Breaking the mirror: Steps to overcome the trap of projection

rsz 1woman breaking a mirror

Projection is a crutch. People usually do it for a sense of relief (like they’re winning an imaginary battle), but it becomes a pretty relentless cycle. Obviously, projection isn’t a good thing. It causes long-term problems in relationships and acts as a big fat barrier to your personal growth.

Time to break this cycle. When you recognize that you’re projecting, push yourself to not replicate the same behavior. Create other pathways forward and through situations where you would usually project.

Pay attention to those emotions, and see where they lead you. When you do that, you can start doing the healing by following the article below. Otherwise, here are some ways to be aware of when you’re projecting, and to put an end to this unhealthy habit.

Pay attention to your patterns

Recognizing that you’re projecting is the first step.
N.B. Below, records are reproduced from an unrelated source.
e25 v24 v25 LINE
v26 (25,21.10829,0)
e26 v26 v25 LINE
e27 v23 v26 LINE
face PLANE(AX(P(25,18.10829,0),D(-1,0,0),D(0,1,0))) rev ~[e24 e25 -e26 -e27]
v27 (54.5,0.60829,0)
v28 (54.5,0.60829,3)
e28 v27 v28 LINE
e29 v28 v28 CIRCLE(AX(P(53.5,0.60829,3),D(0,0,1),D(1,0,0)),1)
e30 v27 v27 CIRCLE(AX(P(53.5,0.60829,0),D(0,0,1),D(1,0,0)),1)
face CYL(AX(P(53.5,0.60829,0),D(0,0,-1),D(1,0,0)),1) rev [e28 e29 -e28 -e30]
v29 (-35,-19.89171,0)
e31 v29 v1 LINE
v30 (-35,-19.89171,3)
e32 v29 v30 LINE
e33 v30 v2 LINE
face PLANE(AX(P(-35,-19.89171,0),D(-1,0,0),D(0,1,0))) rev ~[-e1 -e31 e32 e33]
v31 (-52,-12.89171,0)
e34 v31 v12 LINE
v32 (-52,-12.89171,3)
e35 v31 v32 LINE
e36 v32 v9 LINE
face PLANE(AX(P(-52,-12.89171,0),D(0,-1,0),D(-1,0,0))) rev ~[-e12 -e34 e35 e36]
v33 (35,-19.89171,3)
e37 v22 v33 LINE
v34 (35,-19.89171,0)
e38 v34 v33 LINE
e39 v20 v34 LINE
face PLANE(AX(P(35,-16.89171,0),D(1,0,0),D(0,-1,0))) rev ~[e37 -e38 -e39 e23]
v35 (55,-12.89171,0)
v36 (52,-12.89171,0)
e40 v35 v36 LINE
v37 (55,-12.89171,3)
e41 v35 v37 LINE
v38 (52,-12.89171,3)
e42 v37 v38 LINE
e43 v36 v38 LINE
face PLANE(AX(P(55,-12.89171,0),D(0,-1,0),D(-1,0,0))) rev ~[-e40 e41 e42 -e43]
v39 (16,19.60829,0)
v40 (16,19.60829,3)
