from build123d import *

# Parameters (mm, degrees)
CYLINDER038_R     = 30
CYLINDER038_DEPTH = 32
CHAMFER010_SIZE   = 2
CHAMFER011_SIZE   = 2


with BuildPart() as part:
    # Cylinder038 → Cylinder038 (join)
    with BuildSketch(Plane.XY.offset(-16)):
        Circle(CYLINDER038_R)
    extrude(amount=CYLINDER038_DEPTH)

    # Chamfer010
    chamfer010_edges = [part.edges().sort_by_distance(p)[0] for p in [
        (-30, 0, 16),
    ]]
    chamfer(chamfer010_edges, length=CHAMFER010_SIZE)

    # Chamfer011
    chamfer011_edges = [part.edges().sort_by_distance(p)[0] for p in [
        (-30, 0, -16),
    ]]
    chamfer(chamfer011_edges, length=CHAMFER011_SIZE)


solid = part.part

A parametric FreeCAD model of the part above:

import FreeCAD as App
import Part
import Sketcher
from FreeCAD import Vector


def edges_at(feature, points):
    """Names of the edges that pass closest to the given points."""
    edges = feature.Shape.Edges
    near = lambda p: min(range(len(edges)), key=lambda i: edges[i].distToShape(Part.Vertex(*p))[0])
    return sorted({f"Edge{near(p) + 1}" for p in points})

doc = App.newDocument("Part")
params = doc.addObject("Spreadsheet::Sheet", "Params")
for row, (alias, value) in enumerate([
    ("sketch1_diameter", "60 mm"),
    ("pad1_length", "32 mm"),
    ("chamfer_size", "2 mm"),
    ("chamfer2_size", "2 mm"),
], start=1):
    params.set(f"A{row}", alias)
    params.set(f"B{row}", "=" + value)
    params.setAlias(f"B{row}", alias)

body = doc.addObject("PartDesign::Body", "Body")

sketch1 = body.newObject("Sketcher::SketchObject", "Sketch")
sketch1.AttachmentSupport = (doc.getObject("XY_Plane"), [""])
sketch1.MapMode = "FlatFace"
sketch1.AttachmentOffset = App.Placement(Vector(0, 0, -16), App.Rotation())
sketch1.addGeometry(Part.Circle(Vector(0, 0, 0), Vector(0, 0, 1), 30), False)
sketch1.addConstraint(Sketcher.Constraint("Coincident", 0, 3, -1, 1))
sketch1.addConstraint(Sketcher.Constraint("Diameter", 0, 60.0))
sketch1.setExpression("Constraints[1]", "Params.sketch1_diameter")
pad1 = body.newObject("PartDesign::Pad", "Pad")
pad1.Profile = sketch1
pad1.setExpression("Length", "Params.pad1_length")
doc.recompute()

chamfer = body.newObject("PartDesign::Chamfer", "Chamfer")
chamfer.Base = (pad1, edges_at(pad1, [(-30, 0, 16)]))
chamfer.setExpression("Size", "Params.chamfer_size")
doc.recompute()

chamfer2 = body.newObject("PartDesign::Chamfer", "Chamfer001")
chamfer2.Base = (chamfer, edges_at(chamfer, [(-30, 0, -16)]))
chamfer2.setExpression("Size", "Params.chamfer2_size")

doc.recompute()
First off, I would think about instances that continue to repeat themselves in your life. Maybe you constantly get into arguments with a family member, usually about the same thing. Perhaps you have the same triggers, the same relationship struggles… whatever it is, it happens like clockwork. This is a sign that you have a repeating pattern that you haven’t yet caught onto, and that’s a good place to start.

Find a healthy vent for your emotions

Part of why you project is because you aren’t finding a healthy outlet to express your emotions. When you’re feeling something undesirable such as anger, sadness, jealousy, or guilt, it’s important to find an outlet to purge those energies. The more you bottle those painful emotions in, the more they’re going to leak out in the form of triggers and projection. So find ways to vent and express yourself in a healthy way. The more you do, the less you will project.

Identify your triggers

Your triggers are in the same boat as projection, because they both stem from a disintegrated sense of self. When you find yourself getting uncontrollably angry or frustrated at someone or something, use that as a time to reflect, feel, process, and discard those painful energies. The more you do this, the more aware you will be of your tendency to project, and the less you will feel the need to.
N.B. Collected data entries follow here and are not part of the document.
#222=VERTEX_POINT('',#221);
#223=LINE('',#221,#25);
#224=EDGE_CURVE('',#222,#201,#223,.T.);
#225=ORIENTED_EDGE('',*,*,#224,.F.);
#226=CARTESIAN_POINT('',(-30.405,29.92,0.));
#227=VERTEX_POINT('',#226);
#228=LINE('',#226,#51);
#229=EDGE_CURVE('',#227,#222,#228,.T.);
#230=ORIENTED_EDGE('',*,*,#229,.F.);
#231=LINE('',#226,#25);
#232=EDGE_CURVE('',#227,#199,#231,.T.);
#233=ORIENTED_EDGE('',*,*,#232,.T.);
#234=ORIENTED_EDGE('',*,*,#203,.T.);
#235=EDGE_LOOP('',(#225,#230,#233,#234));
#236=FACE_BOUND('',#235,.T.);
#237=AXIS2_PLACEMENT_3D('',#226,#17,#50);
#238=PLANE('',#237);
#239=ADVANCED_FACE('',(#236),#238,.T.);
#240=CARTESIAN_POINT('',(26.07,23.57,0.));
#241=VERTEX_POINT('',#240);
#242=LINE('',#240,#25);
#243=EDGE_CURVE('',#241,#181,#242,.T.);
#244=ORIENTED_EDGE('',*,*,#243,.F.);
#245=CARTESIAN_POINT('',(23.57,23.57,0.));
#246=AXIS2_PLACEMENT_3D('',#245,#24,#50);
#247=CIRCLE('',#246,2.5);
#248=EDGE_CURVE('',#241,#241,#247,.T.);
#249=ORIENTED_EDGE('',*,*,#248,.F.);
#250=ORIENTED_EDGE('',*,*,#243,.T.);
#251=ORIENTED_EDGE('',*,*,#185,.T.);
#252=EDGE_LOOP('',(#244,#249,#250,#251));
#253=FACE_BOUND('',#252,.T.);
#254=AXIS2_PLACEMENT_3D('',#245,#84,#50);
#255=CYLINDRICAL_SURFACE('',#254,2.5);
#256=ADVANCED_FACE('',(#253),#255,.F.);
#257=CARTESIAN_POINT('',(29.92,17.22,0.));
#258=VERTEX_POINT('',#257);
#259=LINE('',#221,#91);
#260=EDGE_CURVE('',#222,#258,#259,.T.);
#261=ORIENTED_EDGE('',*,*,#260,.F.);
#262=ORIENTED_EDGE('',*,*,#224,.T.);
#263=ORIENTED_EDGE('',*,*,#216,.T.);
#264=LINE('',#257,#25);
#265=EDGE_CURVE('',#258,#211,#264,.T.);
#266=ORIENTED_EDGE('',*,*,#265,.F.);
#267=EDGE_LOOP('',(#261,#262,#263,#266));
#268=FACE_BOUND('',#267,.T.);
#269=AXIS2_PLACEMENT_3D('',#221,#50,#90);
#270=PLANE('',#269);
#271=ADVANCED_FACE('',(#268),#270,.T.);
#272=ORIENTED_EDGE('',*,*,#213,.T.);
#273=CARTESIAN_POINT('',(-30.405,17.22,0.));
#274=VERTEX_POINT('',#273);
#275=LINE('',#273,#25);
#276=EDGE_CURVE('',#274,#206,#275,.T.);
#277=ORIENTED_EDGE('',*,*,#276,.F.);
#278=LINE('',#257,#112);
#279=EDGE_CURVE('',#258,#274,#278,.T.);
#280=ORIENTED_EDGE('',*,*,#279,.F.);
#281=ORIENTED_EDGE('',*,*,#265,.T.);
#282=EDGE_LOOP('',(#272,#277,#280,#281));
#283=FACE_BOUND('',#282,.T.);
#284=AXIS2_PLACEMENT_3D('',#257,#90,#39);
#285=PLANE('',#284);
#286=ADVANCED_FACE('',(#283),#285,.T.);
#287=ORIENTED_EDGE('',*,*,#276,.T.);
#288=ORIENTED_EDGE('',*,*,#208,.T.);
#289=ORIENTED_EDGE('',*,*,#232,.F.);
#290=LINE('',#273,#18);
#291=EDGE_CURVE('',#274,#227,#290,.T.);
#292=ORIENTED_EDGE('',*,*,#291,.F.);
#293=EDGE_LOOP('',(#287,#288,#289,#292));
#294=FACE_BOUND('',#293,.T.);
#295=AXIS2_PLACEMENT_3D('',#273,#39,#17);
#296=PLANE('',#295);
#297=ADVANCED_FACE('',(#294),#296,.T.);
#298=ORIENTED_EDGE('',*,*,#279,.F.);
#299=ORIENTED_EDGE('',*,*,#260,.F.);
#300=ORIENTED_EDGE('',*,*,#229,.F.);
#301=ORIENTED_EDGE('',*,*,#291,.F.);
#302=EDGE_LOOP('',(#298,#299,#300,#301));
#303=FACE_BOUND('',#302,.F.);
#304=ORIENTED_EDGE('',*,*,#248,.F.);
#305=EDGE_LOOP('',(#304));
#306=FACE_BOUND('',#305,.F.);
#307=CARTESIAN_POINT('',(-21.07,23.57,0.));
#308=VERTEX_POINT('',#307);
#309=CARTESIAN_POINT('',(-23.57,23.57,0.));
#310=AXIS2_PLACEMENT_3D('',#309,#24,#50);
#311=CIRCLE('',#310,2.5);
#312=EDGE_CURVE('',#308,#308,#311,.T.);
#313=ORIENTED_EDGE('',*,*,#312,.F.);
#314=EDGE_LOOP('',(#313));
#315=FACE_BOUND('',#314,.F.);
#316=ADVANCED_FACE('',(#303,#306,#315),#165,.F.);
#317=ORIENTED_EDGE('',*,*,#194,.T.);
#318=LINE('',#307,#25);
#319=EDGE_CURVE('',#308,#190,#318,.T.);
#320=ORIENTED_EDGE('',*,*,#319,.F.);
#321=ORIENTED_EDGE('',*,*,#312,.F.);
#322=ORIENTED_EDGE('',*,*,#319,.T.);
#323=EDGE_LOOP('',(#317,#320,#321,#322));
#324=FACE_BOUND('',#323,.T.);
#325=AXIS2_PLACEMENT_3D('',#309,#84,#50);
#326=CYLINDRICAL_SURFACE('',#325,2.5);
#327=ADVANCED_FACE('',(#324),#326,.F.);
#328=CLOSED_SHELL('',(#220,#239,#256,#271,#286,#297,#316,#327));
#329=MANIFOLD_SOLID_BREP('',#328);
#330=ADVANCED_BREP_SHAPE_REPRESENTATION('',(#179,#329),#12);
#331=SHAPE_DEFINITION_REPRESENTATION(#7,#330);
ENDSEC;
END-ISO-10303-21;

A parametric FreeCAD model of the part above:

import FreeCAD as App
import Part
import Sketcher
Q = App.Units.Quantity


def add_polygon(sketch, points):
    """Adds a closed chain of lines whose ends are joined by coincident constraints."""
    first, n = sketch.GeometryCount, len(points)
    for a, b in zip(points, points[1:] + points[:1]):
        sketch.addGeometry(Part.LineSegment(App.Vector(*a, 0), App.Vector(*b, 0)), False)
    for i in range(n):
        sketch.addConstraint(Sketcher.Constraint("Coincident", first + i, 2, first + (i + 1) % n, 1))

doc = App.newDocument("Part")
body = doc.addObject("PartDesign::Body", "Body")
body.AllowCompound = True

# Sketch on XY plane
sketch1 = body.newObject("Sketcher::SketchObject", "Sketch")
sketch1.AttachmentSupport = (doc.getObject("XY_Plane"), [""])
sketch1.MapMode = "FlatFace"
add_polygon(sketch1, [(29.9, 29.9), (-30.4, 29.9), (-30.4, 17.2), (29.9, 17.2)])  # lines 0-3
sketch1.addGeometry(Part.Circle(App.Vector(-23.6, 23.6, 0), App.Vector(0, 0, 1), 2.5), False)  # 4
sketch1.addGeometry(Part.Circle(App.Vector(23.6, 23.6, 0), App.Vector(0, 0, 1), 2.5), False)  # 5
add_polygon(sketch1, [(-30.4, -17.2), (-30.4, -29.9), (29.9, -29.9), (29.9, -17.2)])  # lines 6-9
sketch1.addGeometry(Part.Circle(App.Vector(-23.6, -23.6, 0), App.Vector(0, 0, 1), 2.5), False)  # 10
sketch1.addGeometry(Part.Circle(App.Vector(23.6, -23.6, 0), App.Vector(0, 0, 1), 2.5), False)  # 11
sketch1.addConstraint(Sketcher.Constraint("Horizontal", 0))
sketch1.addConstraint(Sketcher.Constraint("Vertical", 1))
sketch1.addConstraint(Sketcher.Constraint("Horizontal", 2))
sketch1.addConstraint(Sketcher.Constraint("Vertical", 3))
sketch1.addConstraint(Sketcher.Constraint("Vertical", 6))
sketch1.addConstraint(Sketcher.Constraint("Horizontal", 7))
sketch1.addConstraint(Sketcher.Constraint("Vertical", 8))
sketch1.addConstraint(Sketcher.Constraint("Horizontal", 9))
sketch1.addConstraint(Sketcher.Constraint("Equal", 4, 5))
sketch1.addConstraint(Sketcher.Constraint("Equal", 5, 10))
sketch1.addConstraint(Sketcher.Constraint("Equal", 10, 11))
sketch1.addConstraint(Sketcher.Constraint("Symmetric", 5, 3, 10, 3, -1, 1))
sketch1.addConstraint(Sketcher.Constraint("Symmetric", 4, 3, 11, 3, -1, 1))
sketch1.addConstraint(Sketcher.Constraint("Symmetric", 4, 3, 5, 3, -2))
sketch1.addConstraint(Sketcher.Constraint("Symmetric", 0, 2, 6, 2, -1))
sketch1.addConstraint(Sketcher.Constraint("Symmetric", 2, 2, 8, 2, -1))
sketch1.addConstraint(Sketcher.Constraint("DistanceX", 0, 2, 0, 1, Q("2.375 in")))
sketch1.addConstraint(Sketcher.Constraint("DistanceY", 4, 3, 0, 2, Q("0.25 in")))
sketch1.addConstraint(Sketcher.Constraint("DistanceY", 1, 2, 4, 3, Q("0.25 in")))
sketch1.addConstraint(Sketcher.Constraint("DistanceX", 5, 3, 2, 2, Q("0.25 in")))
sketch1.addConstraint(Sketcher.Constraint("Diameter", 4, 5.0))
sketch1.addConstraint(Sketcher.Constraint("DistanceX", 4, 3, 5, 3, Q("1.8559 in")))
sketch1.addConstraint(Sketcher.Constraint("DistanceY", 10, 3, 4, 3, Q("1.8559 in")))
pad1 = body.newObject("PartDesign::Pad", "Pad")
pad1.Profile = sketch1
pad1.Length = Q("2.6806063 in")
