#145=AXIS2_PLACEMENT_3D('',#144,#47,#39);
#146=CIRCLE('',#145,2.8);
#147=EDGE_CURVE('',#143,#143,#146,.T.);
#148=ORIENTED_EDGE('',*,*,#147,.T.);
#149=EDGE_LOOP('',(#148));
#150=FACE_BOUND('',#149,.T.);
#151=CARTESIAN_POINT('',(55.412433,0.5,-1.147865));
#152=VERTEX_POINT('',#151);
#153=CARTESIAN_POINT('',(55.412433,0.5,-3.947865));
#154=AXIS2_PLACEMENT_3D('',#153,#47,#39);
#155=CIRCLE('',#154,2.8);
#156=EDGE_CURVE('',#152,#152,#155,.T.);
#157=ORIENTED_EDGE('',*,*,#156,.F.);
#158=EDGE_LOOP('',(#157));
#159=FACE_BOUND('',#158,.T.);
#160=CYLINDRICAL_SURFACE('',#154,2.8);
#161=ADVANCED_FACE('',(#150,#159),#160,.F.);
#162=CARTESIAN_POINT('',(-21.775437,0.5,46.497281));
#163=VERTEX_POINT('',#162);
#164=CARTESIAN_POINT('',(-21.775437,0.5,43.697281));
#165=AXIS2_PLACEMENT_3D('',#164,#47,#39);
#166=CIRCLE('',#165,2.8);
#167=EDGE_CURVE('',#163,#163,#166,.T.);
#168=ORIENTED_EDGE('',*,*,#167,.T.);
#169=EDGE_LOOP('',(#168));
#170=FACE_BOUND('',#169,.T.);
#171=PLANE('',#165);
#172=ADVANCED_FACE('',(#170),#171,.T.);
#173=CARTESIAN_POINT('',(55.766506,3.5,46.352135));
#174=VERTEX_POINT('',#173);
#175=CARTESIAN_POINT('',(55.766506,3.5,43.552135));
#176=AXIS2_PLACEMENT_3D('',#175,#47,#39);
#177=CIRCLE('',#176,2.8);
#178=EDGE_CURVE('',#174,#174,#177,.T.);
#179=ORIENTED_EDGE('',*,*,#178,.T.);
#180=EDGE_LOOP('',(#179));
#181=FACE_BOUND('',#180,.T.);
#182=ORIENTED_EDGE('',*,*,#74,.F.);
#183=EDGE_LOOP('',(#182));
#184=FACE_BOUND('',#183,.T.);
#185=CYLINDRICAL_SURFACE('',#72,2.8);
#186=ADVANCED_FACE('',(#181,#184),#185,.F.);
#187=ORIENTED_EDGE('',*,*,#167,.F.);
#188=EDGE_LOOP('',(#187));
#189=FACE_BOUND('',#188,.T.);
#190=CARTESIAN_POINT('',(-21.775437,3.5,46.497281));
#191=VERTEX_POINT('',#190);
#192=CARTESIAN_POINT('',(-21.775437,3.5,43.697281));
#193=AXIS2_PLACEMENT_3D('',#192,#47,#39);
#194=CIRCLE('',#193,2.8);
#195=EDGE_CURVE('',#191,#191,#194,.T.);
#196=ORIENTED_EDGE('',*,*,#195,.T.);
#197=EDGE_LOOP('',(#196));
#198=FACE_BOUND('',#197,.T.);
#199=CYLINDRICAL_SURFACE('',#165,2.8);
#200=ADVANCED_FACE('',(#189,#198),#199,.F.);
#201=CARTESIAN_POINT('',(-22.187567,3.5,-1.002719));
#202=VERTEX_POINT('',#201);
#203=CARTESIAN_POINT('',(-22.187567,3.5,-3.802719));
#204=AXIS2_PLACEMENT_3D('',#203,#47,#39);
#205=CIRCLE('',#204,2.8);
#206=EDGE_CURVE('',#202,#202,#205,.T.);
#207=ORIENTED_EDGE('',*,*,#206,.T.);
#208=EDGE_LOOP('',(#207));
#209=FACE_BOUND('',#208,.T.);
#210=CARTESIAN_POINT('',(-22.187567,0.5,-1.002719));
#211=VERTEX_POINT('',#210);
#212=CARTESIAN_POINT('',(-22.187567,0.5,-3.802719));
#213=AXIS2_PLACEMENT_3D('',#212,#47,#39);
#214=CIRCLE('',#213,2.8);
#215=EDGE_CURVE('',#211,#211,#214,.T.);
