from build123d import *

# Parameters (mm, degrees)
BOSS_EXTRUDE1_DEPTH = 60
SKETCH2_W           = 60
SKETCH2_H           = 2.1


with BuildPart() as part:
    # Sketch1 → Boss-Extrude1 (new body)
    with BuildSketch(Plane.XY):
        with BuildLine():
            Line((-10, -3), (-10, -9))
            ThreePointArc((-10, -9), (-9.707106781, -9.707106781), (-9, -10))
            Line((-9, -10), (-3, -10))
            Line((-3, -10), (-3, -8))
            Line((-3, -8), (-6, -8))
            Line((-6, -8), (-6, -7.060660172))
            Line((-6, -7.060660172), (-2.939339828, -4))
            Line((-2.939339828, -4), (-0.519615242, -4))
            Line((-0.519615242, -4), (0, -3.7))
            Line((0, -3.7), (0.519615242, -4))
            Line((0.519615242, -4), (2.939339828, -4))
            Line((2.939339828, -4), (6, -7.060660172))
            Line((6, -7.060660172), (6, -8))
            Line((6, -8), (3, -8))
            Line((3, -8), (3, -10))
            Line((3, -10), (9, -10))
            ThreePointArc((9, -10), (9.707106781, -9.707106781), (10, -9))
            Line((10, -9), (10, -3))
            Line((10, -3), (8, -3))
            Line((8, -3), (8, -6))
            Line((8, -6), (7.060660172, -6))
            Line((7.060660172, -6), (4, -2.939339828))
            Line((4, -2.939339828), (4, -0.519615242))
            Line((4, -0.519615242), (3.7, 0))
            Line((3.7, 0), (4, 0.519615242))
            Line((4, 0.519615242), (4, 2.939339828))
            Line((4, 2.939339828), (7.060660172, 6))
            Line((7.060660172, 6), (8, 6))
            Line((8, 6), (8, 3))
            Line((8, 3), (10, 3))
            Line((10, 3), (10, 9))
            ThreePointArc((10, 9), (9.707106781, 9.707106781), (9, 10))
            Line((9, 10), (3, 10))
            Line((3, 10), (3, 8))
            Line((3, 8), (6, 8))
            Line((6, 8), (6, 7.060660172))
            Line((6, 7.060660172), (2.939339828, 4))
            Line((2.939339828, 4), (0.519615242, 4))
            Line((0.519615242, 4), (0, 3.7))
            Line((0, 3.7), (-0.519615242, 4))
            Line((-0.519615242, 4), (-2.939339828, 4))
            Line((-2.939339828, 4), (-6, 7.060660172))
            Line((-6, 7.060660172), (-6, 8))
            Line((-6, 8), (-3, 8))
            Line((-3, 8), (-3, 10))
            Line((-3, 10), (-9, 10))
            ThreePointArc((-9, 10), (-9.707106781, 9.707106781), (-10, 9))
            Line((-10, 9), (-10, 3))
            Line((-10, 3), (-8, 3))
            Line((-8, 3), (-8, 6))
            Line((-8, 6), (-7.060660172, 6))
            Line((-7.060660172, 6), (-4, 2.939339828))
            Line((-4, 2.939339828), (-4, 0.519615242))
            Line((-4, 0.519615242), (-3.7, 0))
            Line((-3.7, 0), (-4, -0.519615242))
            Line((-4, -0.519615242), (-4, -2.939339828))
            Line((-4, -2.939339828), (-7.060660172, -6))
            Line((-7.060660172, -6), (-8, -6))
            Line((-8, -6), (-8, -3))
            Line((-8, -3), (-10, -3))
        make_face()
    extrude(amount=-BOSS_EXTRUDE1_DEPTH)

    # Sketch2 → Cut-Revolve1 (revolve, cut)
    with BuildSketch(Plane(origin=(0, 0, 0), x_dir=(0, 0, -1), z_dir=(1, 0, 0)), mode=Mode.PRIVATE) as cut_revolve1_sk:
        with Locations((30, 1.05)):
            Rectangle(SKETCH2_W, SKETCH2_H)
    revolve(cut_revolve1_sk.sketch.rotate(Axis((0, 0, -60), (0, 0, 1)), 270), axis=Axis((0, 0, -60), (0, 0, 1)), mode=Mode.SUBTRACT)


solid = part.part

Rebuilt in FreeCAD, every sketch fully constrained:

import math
import FreeCAD as App
import Part
import Sketcher

V = App.Vector
Q = App.Units.Quantity

doc = App.newDocument("Part")
body = doc.addObject("PartDesign::Body", "Body")

# Sketch on XY plane
sketch1 = body.newObject("Sketcher::SketchObject", "Sketch")
sketch1.AttachmentSupport = (doc.getObject("XY_Plane"), [""])
sketch1.MapMode = "FlatFace"
sketch1.addGeometry(Part.LineSegment(V(-10, -3, 0), V(-10, -9, 0)), False)
sketch1.addGeometry(Part.ArcOfCircle(Part.Circle(V(-9, -9, 0), V(0, 0, 1), 1), math.radians(-180), math.radians(-90)), False)
sketch1.addGeometry(Part.LineSegment(V(-9, -10, 0), V(-3, -10, 0)), False)
sketch1.addGeometry(Part.LineSegment(V(-3, -10, 0), V(-3, -8, 0)), False)
sketch1.addGeometry(Part.LineSegment(V(-3, -8, 0), V(-6, -8, 0)), False)
sketch1.addGeometry(Part.LineSegment(V(-6, -8, 0), V(-6, -7.1, 0)), False)
sketch1.addGeometry(Part.LineSegment(V(-6, -7.1, 0), V(-2.9, -4, 0)), False)
sketch1.addGeometry(Part.LineSegment(V(-2.9, -4, 0), V(-0.5, -4, 0)), False)
sketch1.addGeometry(Part.LineSegment(V(-0.5, -4, 0), V(0, -3.7, 0)), False)
sketch1.addGeometry(Part.LineSegment(V(0, -3.7, 0), V(0.5, -4, 0)), False)
sketch1.addGeometry(Part.LineSegment(V(0.5, -4, 0), V(2.9, -4, 0)), False)
sketch1.addGeometry(Part.LineSegment(V(2.9, -4, 0), V(6, -7.1, 0)), False)
sketch1.addGeometry(Part.LineSegment(V(6, -7.1, 0), V(6, -8, 0)), False)
sketch1.addGeometry(Part.LineSegment(V(6, -8, 0), V(3, -8, 0)), False)
sketch1.addGeometry(Part.LineSegment(V(3, -8, 0), V(3, -10, 0)), False)
sketch1.addGeometry(Part.LineSegment(V(3, -10, 0), V(9, -10, 0)), False)
sketch1.addGeometry(Part.ArcOfCircle(Part.Circle(V(9, -9, 0), V(0, 0, 1), 1), math.radians(-90), math.radians(0)), False)
sketch1.addGeometry(Part.LineSegment(V(10, -9, 0), V(10, -3, 0)), False)
sketch1.addGeometry(Part.LineSegment(V(10, -3, 0), V(8, -3, 0)), False)
sketch1.addGeometry(Part.LineSegment(V(8, -3, 0), V(8, -6, 0)), False)
sketch1.addGeometry(Part.LineSegment(V(8, -6, 0), V(7.1, -6, 0)), False)
sketch1.addGeometry(Part.LineSegment(V(7.1, -6, 0), V(4, -2.9, 0)), False)
sketch1.addGeometry(Part.LineSegment(V(4, -2.9, 0), V(4, -0.5, 0)), False)
sketch1.addGeometry(Part.LineSegment(V(4, -0.5, 0), V(3.7, 0, 0)), False)
sketch1.addGeometry(Part.LineSegment(V(3.7, 0, 0), V(4, 0.5, 0)), False)
sketch1.addGeometry(Part.LineSegment(V(4, 0.5, 0), V(4, 2.9, 0)), False)
sketch1.addGeometry(Part.LineSegment(V(4, 2.9, 0), V(7.1, 6, 0)), False)
sketch1.addGeometry(Part.LineSegment(V(7.1, 6, 0), V(8, 6, 0)), False)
Take responsibility for your emotions

Taking responsibility for your own feelings can make a significant difference in reducing projection. Instead of saying, “You make me feel insecure” try “I feel insecure when this happens.” Start taking real self-responsibility by looking into yourself, why you’re feeling a certain way, and what you can do about it instead of deferring responsibility.

Open and honest communication

The willingness to communicate openly and honestly can go a long way in resolving projected issues. If you find yourself projecting your insecurities onto your partner, have a frank discussion about what makes you feel insecure and how you both can address it.

Question your thoughts

If you’re having negative thoughts about someone else or yourself, stop when you’re feeling it. Question these thoughts and see if they’re congruent with the reality of the situation. See if they have been pulled out of proportion, or exaggerated to fit your narrative. This ability to question your train of thought and be a little rational about the situation can go a long way.

Be Compassionate Towards Yourself

Stopping projection is a process that requires patience, and self-compassion. Forgive yourself when you catch yourself projecting and don’t beat yourself up about it. Of course, don’t take this as an excuse not to do the work, but realize that the process of discovering wounds and healing them can take time.

Stop victimizing yourself

Instead of admitting to yourself that you don’t have your life together, you’ll find a way to become the victim instead. You might do this by disliking the colleague who is doing well in their life. So before you get caught in the whole victim spiral, recognize when you’re rolling down this hill.